Hadoop MapReduce 手机流量统计
1)分析业务需求:
用户使用手机上网,存在流量的消耗。流量包括两部分:其一是上行流量(发送),其二是下行流量(接收)。每种流量在网络传输过程中,有两种形式说明:包的大小,流量的大小。使用手机上网,以手机号为唯一标识进行记录。这个记录包括很多信息,需要的信息字段:
实际需要的字段:
手机号码,上行数据包数,下行数据包数,上行总流量,下行总流量
2)自定义数据类型(五个字段)
DataWritable 实现 WritableComparable 接口。
3)分析MapReduce写法
分析MapReduce写法,哪些业务逻辑在Map阶段执行,那些业务逻辑在Reduce阶段执行。
Map阶段:从文件中获取数据,抽取需要的五个字段,输出的key为手机号码,输出的value为数据流量的类型DataWritable对象。
Reduce阶段:将相同手机号码的value中的数据流量进行相加,得出手机流量的总数(数据包和数据流量)。输出到文件中,以制表符分开。
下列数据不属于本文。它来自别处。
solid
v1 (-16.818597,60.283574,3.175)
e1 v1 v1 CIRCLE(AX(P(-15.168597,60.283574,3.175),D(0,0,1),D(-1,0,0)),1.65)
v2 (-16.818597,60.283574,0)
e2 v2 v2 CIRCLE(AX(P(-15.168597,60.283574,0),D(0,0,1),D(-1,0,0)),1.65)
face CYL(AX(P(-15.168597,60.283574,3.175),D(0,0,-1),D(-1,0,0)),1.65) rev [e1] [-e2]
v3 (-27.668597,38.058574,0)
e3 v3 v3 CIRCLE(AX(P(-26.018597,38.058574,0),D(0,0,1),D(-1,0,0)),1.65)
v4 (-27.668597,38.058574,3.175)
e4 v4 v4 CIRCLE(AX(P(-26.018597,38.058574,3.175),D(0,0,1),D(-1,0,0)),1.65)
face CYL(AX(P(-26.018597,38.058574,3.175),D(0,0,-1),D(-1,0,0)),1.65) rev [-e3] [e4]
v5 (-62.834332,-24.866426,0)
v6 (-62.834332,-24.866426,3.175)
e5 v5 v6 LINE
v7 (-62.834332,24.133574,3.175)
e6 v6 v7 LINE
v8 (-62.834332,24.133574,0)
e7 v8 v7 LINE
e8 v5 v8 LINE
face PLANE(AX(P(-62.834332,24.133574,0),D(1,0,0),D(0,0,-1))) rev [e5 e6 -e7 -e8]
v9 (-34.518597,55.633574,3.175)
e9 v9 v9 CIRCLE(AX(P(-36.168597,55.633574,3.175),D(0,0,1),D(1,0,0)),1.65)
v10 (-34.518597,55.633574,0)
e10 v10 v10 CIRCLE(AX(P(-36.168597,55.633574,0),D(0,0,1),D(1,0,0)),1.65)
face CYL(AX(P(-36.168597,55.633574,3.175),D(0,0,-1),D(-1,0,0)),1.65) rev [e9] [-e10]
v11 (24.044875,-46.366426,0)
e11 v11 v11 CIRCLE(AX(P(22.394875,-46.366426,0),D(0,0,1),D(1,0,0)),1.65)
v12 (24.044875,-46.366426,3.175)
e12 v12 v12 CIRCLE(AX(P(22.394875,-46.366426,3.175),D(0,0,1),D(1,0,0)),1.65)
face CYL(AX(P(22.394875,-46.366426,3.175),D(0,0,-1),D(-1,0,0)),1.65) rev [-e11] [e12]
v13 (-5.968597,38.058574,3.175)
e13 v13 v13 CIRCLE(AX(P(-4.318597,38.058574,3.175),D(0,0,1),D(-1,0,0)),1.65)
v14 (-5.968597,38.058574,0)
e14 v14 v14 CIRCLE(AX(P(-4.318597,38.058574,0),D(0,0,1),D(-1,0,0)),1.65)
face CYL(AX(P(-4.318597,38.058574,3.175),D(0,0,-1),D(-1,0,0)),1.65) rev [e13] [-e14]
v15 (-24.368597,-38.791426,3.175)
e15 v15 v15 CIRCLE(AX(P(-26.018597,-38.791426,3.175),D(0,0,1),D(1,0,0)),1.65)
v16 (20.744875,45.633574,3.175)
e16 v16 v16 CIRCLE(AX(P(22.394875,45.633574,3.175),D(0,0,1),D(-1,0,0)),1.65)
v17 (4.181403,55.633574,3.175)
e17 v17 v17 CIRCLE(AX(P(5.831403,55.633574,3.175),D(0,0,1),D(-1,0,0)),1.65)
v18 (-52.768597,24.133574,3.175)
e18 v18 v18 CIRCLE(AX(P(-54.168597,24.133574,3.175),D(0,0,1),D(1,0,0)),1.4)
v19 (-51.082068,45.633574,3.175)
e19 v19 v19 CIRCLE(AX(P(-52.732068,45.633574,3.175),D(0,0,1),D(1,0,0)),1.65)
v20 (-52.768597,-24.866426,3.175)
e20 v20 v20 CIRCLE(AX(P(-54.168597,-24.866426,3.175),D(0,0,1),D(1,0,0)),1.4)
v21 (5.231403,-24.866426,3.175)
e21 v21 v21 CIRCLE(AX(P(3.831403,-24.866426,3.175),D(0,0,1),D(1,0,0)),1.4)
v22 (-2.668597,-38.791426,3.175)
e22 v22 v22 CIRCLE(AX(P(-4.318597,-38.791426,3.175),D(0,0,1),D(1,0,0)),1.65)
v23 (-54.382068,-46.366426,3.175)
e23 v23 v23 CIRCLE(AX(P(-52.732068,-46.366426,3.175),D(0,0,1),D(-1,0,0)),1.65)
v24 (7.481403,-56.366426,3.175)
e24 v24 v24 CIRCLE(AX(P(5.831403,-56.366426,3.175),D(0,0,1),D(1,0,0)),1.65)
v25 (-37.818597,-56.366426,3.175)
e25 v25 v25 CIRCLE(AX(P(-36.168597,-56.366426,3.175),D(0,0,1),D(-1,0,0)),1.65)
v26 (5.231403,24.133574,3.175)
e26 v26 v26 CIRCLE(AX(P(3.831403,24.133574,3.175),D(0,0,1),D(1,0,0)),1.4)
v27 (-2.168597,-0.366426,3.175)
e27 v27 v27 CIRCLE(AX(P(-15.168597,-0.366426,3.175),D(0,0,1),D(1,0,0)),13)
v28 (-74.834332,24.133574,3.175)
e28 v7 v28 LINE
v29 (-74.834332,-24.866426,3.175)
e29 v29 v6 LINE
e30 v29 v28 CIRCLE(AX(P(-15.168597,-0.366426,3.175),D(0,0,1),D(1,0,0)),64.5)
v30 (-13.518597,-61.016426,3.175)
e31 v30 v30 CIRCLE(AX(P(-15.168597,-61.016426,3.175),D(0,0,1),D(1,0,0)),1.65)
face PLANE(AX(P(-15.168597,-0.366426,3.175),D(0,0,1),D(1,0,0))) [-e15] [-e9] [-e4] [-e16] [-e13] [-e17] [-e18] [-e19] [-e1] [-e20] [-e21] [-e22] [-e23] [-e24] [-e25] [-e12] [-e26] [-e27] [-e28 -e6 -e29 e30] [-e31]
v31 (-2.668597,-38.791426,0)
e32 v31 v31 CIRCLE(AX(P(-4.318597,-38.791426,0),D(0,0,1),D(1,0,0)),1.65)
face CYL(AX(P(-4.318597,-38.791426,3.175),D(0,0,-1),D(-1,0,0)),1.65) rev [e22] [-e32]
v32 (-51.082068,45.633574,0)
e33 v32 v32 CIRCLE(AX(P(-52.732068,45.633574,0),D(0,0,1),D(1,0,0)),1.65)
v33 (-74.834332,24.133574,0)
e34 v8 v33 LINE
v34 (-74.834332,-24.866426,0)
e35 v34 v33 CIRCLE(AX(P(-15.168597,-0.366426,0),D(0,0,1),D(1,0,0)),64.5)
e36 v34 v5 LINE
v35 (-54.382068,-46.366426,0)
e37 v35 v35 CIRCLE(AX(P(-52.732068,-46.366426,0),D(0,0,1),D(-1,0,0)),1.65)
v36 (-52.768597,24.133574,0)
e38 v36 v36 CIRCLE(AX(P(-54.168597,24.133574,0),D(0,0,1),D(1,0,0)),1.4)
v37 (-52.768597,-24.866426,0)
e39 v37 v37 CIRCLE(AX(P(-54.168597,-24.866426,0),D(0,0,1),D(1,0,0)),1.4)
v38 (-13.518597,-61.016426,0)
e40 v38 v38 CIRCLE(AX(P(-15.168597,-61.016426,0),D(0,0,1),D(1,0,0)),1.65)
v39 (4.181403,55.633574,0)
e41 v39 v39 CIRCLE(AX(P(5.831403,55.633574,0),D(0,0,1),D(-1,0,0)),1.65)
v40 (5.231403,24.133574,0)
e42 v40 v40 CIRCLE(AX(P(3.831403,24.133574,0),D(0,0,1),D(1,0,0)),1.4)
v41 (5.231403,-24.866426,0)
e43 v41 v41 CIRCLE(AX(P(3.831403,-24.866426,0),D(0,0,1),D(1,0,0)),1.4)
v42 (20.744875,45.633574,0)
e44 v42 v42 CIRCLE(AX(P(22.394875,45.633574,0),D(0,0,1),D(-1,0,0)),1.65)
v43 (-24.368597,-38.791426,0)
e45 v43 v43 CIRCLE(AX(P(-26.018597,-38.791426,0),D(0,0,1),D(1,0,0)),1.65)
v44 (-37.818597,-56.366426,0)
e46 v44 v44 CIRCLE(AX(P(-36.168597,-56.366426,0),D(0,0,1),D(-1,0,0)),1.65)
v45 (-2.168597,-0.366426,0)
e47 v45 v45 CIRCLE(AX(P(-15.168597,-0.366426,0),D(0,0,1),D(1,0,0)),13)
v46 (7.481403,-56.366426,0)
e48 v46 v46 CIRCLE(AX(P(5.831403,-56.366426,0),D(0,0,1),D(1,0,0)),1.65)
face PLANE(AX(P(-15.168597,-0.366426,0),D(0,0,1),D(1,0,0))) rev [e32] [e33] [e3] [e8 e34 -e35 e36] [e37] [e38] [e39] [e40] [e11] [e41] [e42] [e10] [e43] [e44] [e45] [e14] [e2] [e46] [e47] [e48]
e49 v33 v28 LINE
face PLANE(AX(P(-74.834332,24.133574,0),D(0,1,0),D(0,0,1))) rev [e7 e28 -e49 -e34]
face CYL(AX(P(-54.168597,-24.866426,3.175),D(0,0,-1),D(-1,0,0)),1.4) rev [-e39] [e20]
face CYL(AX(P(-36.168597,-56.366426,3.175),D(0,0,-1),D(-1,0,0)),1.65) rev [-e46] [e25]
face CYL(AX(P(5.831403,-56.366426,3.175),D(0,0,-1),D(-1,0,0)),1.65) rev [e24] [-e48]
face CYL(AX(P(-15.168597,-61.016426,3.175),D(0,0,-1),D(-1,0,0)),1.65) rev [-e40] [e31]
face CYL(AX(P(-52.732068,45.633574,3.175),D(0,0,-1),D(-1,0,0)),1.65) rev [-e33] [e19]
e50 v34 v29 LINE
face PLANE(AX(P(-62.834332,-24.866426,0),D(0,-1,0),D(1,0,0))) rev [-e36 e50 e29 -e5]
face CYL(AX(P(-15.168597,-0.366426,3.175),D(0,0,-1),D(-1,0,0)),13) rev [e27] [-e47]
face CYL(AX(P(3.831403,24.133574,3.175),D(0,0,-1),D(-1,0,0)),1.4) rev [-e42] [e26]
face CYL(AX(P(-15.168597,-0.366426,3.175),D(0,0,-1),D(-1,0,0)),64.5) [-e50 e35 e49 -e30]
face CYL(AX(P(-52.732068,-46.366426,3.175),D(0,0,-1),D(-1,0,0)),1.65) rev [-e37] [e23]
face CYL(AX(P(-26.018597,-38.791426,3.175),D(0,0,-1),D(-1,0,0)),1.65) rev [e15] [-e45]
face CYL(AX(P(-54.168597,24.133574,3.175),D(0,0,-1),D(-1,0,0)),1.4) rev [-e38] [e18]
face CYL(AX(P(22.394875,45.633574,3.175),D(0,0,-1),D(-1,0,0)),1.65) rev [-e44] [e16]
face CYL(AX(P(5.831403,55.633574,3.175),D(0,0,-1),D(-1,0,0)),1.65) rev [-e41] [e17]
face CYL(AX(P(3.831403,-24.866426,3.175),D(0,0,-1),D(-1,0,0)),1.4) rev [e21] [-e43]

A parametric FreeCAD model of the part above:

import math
import FreeCAD as App
import Part
import Sketcher
from FreeCAD import Vector

doc = App.newDocument("Part")
body = doc.addObject("PartDesign::Body", "Body")

sketch1 = body.newObject("Sketcher::SketchObject", "Sketch")
sketch1.AttachmentSupport = (doc.getObject("XY_Plane"), [""])
sketch1.MapMode = "FlatFace"
sketch1.addGeometry(Part.Circle(Vector(-15.2, -0.4, 0), Vector(0, 0, 1), 64.5), False)
sketch1.addGeometry(Part.Circle(Vector(5.8, 55.6, 0), Vector(0, 0, 1), 1.6), False)
sketch1.addGeometry(Part.Circle(Vector(22.4, 45.6, 0), Vector(0, 0, 1), 1.6), False)
sketch1.addGeometry(Part.Circle(Vector(-15.2, 60.3, 0), Vector(0, 0, 1), 1.6), False)
sketch1.addGeometry(Part.Circle(Vector(-4.3, 38.1, 0), Vector(0, 0, 1), 1.6), False)
sketch1.addGeometry(Part.Circle(Vector(3.8, 24.1, 0), Vector(0, 0, 1), 1.4), False)
sketch1.addGeometry(Part.Circle(Vector(-26, 38.1, 0), Vector(0, 0, 1), 1.6), False)
sketch1.addGeometry(Part.Circle(Vector(-36.2, 55.6, 0), Vector(0, 0, 1), 1.6), False)
sketch1.addGeometry(Part.Circle(Vector(-52.7, 45.6, 0), Vector(0, 0, 1), 1.6), False)
sketch1.addGeometry(Part.Circle(Vector(-54.2, 24.1, 0), Vector(0, 0, 1), 1.4), False)
sketch1.addGeometry(Part.Circle(Vector(-15.2, -0.4, 0), Vector(0, 0, 1), 13), False)
sketch1.addGeometry(Part.Circle(Vector(3.8, -24.9, 0), Vector(0, 0, 1), 1.4), False)
sketch1.addGeometry(Part.Circle(Vector(22.4, -46.4, 0), Vector(0, 0, 1), 1.6), False)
package org.apache.hadoop.mapreduce.app;
import java.io.IOException;
import org.apache.hadoop.conf.Configuration;
import org.apache.hadoop.fs.Path;
import org.apache.hadoop.io.LongWritable;
import org.apache.hadoop.io.Text;
import org.apache.hadoop.mapreduce.Job;
import org.apache.hadoop.mapreduce.Mapper;
import org.apache.hadoop.mapreduce.Reducer;
import org.apache.hadoop.mapreduce.lib.input.FileInputFormat;
import org.apache.hadoop.mapreduce.lib.output.FileOutputFormat;
public class DataTotalMapReduce {
// Mapper Class
static class DataTotalMapper extends Mapper<LongWritable, Text, Text, DataWritable> {
private Text mapOutputKey = new Text();
private DataWritable dataWritable = new DataWritable();
public void map(LongWritable key, Text value, Context context) throws IOException, InterruptedException {
String lineValue = value.toString();
// 数据分割 split
String[] strs = lineValue.split("\t");
// 从strs中获取我们需要的几个字段
String phoneNum = strs[1];
int upPackNum = Integer.valueOf(strs[6]);
int downPackNum = Integer.valueOf(strs[7]);
int upPayLoad = Integer.valueOf(strs[8]);
int downPayLoad = Integer.valueOf(strs[9]);
// 设置map输出的key/value
mapOutputKey.set(phoneNum);
dataWritable.set(upPackNum, upPayLoad, downPackNum, downPayLoad);
// 设置map输出
context.write(mapOutputKey, dataWritable);
}
}
// Reducer Class
static class DataTotalReducer extends Reducer<Text, DataWritable, Text, DataWritable> {
private DataWritable dataWritable = new DataWritable();
public void reduce(Text key, Iterable<DataWritable> values, Context context)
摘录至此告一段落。